"Henry VIII" was printed for the first time in the First Folio of 1623. This play shows that the author was indebted for some of his materials to Cavendish's Life of Wolsey, which, although written in 1557, was not published until 1641--eighteen years after the appearance of the play and twenty-five years after the death of Will Shaksper. It is impossible that the actor could have had access to this manuscript, but it would have been available to Bacon as one of Wolsey's successors in office. It is quite certain that in 1622-23 Bacon was engaged upon a work pertaining to the reign of Henry VIII, for in January, 1623, he had applied to the proper authorities for the loan of such documents as might be in the public archives relating to that monarch's reign.

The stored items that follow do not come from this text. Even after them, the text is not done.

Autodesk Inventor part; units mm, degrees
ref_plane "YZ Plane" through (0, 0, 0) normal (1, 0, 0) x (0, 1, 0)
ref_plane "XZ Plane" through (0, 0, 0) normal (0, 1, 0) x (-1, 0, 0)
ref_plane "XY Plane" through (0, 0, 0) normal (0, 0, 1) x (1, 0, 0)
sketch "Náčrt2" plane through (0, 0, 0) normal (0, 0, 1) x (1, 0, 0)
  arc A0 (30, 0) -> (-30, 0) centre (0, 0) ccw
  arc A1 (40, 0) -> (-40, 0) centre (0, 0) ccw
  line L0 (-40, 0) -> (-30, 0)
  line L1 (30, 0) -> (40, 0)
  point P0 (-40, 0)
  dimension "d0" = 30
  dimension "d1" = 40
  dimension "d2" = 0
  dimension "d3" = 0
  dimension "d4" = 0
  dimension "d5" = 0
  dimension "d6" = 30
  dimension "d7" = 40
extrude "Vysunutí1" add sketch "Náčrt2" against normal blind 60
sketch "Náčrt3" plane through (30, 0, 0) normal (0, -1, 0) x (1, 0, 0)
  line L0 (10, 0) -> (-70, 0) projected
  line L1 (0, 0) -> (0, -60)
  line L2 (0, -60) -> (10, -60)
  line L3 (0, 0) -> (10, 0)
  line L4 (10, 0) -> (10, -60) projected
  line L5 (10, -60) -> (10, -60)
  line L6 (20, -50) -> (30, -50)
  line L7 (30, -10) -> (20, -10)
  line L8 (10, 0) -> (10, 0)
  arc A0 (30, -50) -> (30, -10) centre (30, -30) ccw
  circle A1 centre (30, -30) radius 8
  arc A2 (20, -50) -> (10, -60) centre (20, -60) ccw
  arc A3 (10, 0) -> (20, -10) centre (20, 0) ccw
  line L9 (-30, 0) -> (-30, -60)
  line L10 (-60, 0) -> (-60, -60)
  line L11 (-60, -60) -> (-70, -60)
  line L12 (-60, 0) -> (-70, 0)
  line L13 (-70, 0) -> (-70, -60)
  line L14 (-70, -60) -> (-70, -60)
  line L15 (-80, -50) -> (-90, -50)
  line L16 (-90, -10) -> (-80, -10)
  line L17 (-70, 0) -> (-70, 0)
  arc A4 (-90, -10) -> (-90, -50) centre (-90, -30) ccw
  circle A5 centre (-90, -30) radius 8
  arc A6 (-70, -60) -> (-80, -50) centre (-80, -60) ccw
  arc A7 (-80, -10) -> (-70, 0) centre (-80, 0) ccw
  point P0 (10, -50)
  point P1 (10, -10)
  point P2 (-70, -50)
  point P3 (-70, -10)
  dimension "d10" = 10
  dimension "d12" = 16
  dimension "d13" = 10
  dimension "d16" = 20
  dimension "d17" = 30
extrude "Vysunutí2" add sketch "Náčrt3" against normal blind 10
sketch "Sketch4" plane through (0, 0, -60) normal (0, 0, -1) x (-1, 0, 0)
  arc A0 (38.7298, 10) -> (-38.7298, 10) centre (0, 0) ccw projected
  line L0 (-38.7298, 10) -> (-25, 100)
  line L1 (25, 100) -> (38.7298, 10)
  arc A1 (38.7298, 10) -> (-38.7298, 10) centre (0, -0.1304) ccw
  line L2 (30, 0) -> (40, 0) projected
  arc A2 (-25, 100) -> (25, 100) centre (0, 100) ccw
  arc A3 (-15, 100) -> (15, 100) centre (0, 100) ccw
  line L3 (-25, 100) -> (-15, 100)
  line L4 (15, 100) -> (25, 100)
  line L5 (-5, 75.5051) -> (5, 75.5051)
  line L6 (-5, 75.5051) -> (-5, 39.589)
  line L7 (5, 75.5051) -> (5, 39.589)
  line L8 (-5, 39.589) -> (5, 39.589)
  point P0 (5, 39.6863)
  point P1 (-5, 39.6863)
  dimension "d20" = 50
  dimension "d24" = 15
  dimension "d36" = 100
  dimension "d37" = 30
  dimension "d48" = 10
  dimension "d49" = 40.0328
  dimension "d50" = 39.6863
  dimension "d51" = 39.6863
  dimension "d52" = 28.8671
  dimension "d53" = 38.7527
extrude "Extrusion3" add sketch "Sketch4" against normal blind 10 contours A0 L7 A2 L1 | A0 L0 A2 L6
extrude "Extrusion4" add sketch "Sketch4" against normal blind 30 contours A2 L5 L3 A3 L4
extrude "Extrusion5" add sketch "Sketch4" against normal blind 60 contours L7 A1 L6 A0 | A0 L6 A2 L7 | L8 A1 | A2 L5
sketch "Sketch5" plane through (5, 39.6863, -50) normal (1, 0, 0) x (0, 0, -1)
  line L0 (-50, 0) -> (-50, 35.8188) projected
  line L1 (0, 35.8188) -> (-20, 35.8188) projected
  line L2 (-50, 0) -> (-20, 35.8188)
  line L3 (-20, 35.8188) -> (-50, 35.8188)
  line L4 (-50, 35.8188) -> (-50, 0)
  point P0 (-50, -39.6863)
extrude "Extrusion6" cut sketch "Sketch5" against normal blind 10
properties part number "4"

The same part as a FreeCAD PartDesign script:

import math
import FreeCAD as App
import Part
import Sketcher
Q = App.Units.Quantity

doc = App.newDocument("Part")
body = doc.addObject("PartDesign::Body", "Body")

# Sketch on XY plane
sketch1 = body.newObject("Sketcher::SketchObject", "Sketch")
sketch1.AttachmentSupport = (doc.getObject("XY_Plane"), [""])
sketch1.MapMode = "FlatFace"
sketch1.addGeometry([
    Part.ArcOfCircle(Part.Circle(App.Vector(0, 0, 0), App.Vector(0, 0, 1), 30), math.radians(0), math.radians(180)),
    Part.LineSegment(App.Vector(30, 0, 0), App.Vector(40, 0, 0)),
    Part.ArcOfCircle(Part.Circle(App.Vector(0, 0, 0), App.Vector(0, 0, 1), 40), math.radians(0), math.radians(180)),
    Part.LineSegment(App.Vector(-40, 0, 0), App.Vector(-30, 0, 0)),
], False)
sketch1.addConstraint([
    Sketcher.Constraint("Coincident", 0, 1, 1, 1),
    Sketcher.Constraint("Coincident", 1, 2, 2, 1),
    Sketcher.Constraint("Coincident", 2, 2, 3, 1),
    Sketcher.Constraint("Coincident", 3, 2, 0, 2),
    Sketcher.Constraint("Horizontal", 1),
    Sketcher.Constraint("Horizontal", 3),
    Sketcher.Constraint("Coincident", 0, 3, -1, 1),
    Sketcher.Constraint("Coincident", 2, 3, -1, 1),
    Sketcher.Constraint("PointOnObject", 0, 1, -1),
    Sketcher.Constraint("PointOnObject", 2, 2, -1),
    Sketcher.Constraint("Radius", 0, Q("30 mm")),
    Sketcher.Constraint("Radius", 2, Q("40 mm")),
])
pad1 = body.newObject("PartDesign::Pad", "Pad")
pad1.Profile = sketch1
pad1.Length = 60
pad1.Reversed = True

# Sketch on XZ plane
sketch2 = body.newObject("Sketcher::SketchObject", "Sketch001")
sketch2.AttachmentSupport = (doc.getObject("XZ_Plane"), [""])
sketch2.MapMode = "FlatFace"
sketch2.addGeometry([
    Part.LineSegment(App.Vector(30, -60, 0), App.Vector(40, -60, 0)),  # 0
    Part.ArcOfCircle(Part.Circle(App.Vector(50, -60, 0), App.Vector(0, 0, 1), 10), math.radians(90), math.radians(180)),  # 1
    Part.LineSegment(App.Vector(50, -50, 0), App.Vector(60, -50, 0)),  # 2
    Part.ArcOfCircle(Part.Circle(App.Vector(60, -30, 0), App.Vector(0, 0, 1), 20), math.radians(-90), math.radians(90)),  # 3
    Part.LineSegment(App.Vector(60, -10, 0), App.Vector(50, -10, 0)),  # 4
    Part.ArcOfCircle(Part.Circle(App.Vector(50, 0, 0), App.Vector(0, 0, 1), 10), math.radians(180), math.radians(270)),  # 5
    Part.LineSegment(App.Vector(40, 0, 0), App.Vector(30, 0, 0)),  # 6
    Part.LineSegment(App.Vector(30, 0, 0), App.Vector(30, -60, 0)),  # 7
    Part.Circle(App.Vector(60, -30, 0), App.Vector(0, 0, 1), 8),  # 8
    Part.LineSegment(App.Vector(-30, -60, 0), App.Vector(-30, 0, 0)),  # 9
    Part.LineSegment(App.Vector(-30, 0, 0), App.Vector(-40, 0, 0)),  # 10
    Part.ArcOfCircle(Part.Circle(App.Vector(-50, 0, 0), App.Vector(0, 0, 1), 10), math.radians(-90), math.radians(0)),  # 11
    Part.LineSegment(App.Vector(-50, -10, 0), App.Vector(-60, -10, 0)),  # 12
    Part.ArcOfCircle(Part.Circle(App.Vector(-60, -30, 0), App.Vector(0, 0, 1), 20), math.radians(90), math.radians(270)),  # 13
    Part.LineSegment(App.Vector(-60, -50, 0), App.Vector(-50, -50, 0)),  # 14
    Part.ArcOfCircle(Part.Circle(App.Vector(-50, -60, 0), App.Vector(0, 0, 1), 10), math.radians(0), math.radians(90)),  # 15
    Part.LineSegment(App.Vector(-40, -60, 0), App.Vector(-30, -60, 0)),  # 16
    Part.Circle(App.Vector(-60, -30, 0), App.Vector(0, 0, 1), 8),  # 17
], False)
sketch2.addConstraint([
    Sketcher.Constraint("Coincident", 0, 2, 1, 2),
    Sketcher.Constraint("Tangent", 1, 1, 2, 1),
    Sketcher.Constraint("Tangent", 2, 2, 3, 1),
    Sketcher.Constraint("Tangent", 3, 2, 4, 1),
    Sketcher.Constraint("Tangent", 4, 2, 5, 2),
    Sketcher.Constraint("Coincident", 5, 1, 6, 1),
    Sketcher.Constraint("Coincident", 6, 2, 7, 1),
    Sketcher.Constraint("Coincident", 7, 2, 0, 1),
    Sketcher.Constraint("Coincident", 9, 2, 10, 1),
    Sketcher.Constraint("Coincident", 10, 2, 11, 2),
    Sketcher.Constraint("Tangent", 11, 1, 12, 1),
    Sketcher.Constraint("Tangent", 12, 2, 13, 1),
    Sketcher.Constraint("Tangent", 13, 2, 14, 1),
    Sketcher.Constraint("Tangent", 14, 2, 15, 2),
    Sketcher.Constraint("Coincident", 15, 1, 16, 1),
    Sketcher.Constraint("Coincident", 16, 2, 9, 1),
    Sketcher.Constraint("Horizontal", 0),
    Sketcher.Constraint("Horizontal", 2),
    Sketcher.Constraint("Horizontal", 4),
    Sketcher.Constraint("Horizontal", 6),
    Sketcher.Constraint("Vertical", 7),
    Sketcher.Constraint("Vertical", 9),
    Sketcher.Constraint("Horizontal", 10),
    Sketcher.Constraint("Horizontal", 12),
    Sketcher.Constraint("Horizontal", 14),
    Sketcher.Constraint("Horizontal", 16),
    Sketcher.Constraint("Coincident", 8, 3, 3, 3),
    Sketcher.Constraint("Coincident", 17, 3, 13, 3),
    Sketcher.Constraint("Equal", 1, 5),
    Sketcher.Constraint("Equal", 5, 11),
    Sketcher.Constraint("Equal", 3, 13),
    Sketcher.Constraint("Equal", 11, 15),
    Sketcher.Constraint("Equal", 8, 17),
    Sketcher.Constraint("Symmetric", 5, 3, 11, 3, -1, 1),
    Sketcher.Constraint("Symmetric", 6, 2, 9, 2, -1, 1),
    Sketcher.Constraint("Symmetric", 3, 3, 13, 3, -2),
    Sketcher.Constraint("Symmetric", 0, 2, 15, 1, -2),
    Sketcher.Constraint("PointOnObject", 5, 1, -1),
    Sketcher.Constraint("Horizontal", 15, 3, 0, 2),
    Sketcher.Constraint("Vertical", 1, 3, 5, 3),
    Sketcher.Constraint("Equal", 0, 2),
    Sketcher.Constraint("Diameter", 8, Q("16 mm")),
    Sketcher.Constraint("Radius", 1, Q("10 mm")),
    Sketcher.Constraint("Radius", 3, Q("20 mm")),
    Sketcher.Constraint("DistanceX", 0, 1, 0, 2, Q("10 mm")),
    Sketcher.Constraint("DistanceX", -1, 1, 6, 2, Q("30 mm")),
])
pad2 = body.newObject("PartDesign::Pad", "Pad001")
pad2.Profile = sketch2
pad2.Length = 10
pad2.Reversed = True

# Sketch on XY plane
sketch3 = body.newObject("Sketcher::SketchObject", "Sketch002")
sketch3.AttachmentSupport = (doc.getObject("XY_Plane"), [""])
sketch3.MapMode = "FlatFace"
sketch3.AttachmentOffset = App.Placement(App.Vector(0, 0, -60), App.Rotation())
sketch3.addGeometry([
    Part.ArcOfCircle(Part.Circle(App.Vector(0, 0, 0), App.Vector(0, 0, 1), 40), math.radians(97), math.radians(166)),  # 0
    Part.LineSegment(App.Vector(-39, 10, 0), App.Vector(-25, 100, 0)),  # 1
    Part.ArcOfCircle(Part.Circle(App.Vector(0, 100, 0), App.Vector(0, 0, 1), 25), math.radians(180), math.radians(258)),  # 2
    Part.LineSegment(App.Vector(-5, 76, 0), App.Vector(-5, 40, 0)),  # 3
    Part.ArcOfCircle(Part.Circle(App.Vector(0, 0, 0), App.Vector(0, 0, 1), 40), math.radians(14), math.radians(83)),  # 4
    Part.LineSegment(App.Vector(5, 40, 0), App.Vector(5, 76, 0)),  # 5
    Part.ArcOfCircle(Part.Circle(App.Vector(0, 100, 0), App.Vector(0, 0, 1), 25), math.radians(-78), math.radians(0)),  # 6
    Part.LineSegment(App.Vector(25, 100, 0), App.Vector(39, 10, 0)),  # 7
], False)
sketch3.addConstraint([
    Sketcher.Constraint("Coincident", 0, 2, 1, 1),
    Sketcher.Constraint("Coincident", 1, 2, 2, 1),
    Sketcher.Constraint("Coincident", 2, 2, 3, 1),
    Sketcher.Constraint("Coincident", 3, 2, 0, 1),
    Sketcher.Constraint("Coincident", 4, 2, 5, 1),
    Sketcher.Constraint("Coincident", 5, 2, 6, 1),
    Sketcher.Constraint("Coincident", 6, 2, 7, 1),
    Sketcher.Constraint("Coincident", 7, 2, 4, 1),
    Sketcher.Constraint("Vertical", 3),
    Sketcher.Constraint("Vertical", 5),
    Sketcher.Constraint("Coincident", 0, 3, -1, 1),
    Sketcher.Constraint("Coincident", 4, 3, -1, 1),
    Sketcher.Constraint("Coincident", 6, 3, 2, 3),
    Sketcher.Constraint("Equal", 0, 4),
    Sketcher.Constraint("Equal", 2, 6),
    Sketcher.Constraint("Symmetric", 2, 2, 5, 2, -2),
    Sketcher.Constraint("Horizontal", 6, 3, 1, 2),
    Sketcher.Constraint("Horizontal", 1, 2, 6, 2),
    Sketcher.Constraint("Horizontal", 0, 2, 7, 2),
    Sketcher.Constraint("Radius", 2, Q("25 mm")),
    Sketcher.Constraint("DistanceY", -1, 1, 2, 3, Q("100 mm")),
    Sketcher.Constraint("DistanceY", -1, 1, 0, 2, Q("10 mm")),
    Sketcher.Constraint("Radius", 0, Q("40 mm")),
    Sketcher.Constraint("DistanceX", 3, 2, 4, 2, Q("10 mm")),
])
pad3 = body.newObject("PartDesign::Pad", "Pad002")
pad3.Profile = sketch3
pad3.Length = 10

# Sketch on XY plane
sketch4 = body.newObject("Sketcher::SketchObject", "Sketch003")
sketch4.AttachmentSupport = (doc.getObject("XY_Plane"), [""])
sketch4.MapMode = "FlatFace"
sketch4.AttachmentOffset = App.Placement(App.Vector(0, 0, -60), App.Rotation())
sketch4.addGeometry([
    Part.ArcOfCircle(Part.Circle(App.Vector(0, 100, 0), App.Vector(0, 0, 1), 25), math.radians(180), math.radians(258)),  # 0
    Part.LineSegment(App.Vector(-25, 100, 0), App.Vector(-15, 100, 0)),  # 1
    Part.ArcOfCircle(Part.Circle(App.Vector(0, 100, 0), App.Vector(0, 0, 1), 15), math.radians(180), math.radians(360)),  # 2
    Part.LineSegment(App.Vector(15, 100, 0), App.Vector(25, 100, 0)),  # 3
    Part.ArcOfCircle(Part.Circle(App.Vector(0, 100, 0), App.Vector(0, 0, 1), 25), math.radians(-78), math.radians(0)),  # 4
    Part.LineSegment(App.Vector(5, 76, 0), App.Vector(-5, 76, 0)),  # 5
], False)
sketch4.addConstraint([
    Sketcher.Constraint("Coincident", 0, 1, 1, 1),
    Sketcher.Constraint("Coincident", 1, 2, 2, 1),
    Sketcher.Constraint("Coincident", 2, 2, 3, 1),
    Sketcher.Constraint("Coincident", 3, 2, 4, 2),
    Sketcher.Constraint("Coincident", 4, 1, 5, 1),
    Sketcher.Constraint("Coincident", 5, 2, 0, 2),
    Sketcher.Constraint("Horizontal", 1),
    Sketcher.Constraint("Horizontal", 3),
    Sketcher.Constraint("Horizontal", 5),
    Sketcher.Constraint("Coincident", 2, 3, 0, 3),
    Sketcher.Constraint("Coincident", 4, 3, 0, 3),
    Sketcher.Constraint("Equal", 0, 4),
    Sketcher.Constraint("Symmetric", 1, 2, 2, 2, -2),
    Sketcher.Constraint("Horizontal", 4, 3, 0, 1),
    Sketcher.Constraint("Equal", 3, 5),
    Sketcher.Constraint("Radius", 0, Q("25 mm")),
    Sketcher.Constraint("Radius", 2, Q("15 mm")),
    Sketcher.Constraint("DistanceY", -1, 1, 0, 3, Q("100 mm")),
])
pad4 = body.newObject("PartDesign::Pad", "Pad003")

On February 21st, 1623, Bacon wrote to Buckingham, who had gone to Spain with Prince Charles, asking to be remembered to the Prince
"Who, I hope ere long, will make me leave King Henry VIII and set me on work in relation to His Majesty's heroical adventures."
"Since you say the Prince hath not forgot his commandment touching my history of Henry VIII."
Where is this History of Henry VIII? It never appeared, but six months afterwards the play of "Henry VIII" is published in the First Folio of the "Shakespeare" Plays.
In this play of "Henry VIII"there is a scene where four peers are sent to relieve Cardinal Wolsey of the Great Seal. Is it a coincidence that the playwright should have selected as two of these peers the names of two of the peers who were actually sent to take the great seal from Francis Bacon on the occasion of his fall from power? Why should any man other than Francis Bacon himself mention the names of two peers who did not attend on Cardinal Wolsey but who did attend upon himself?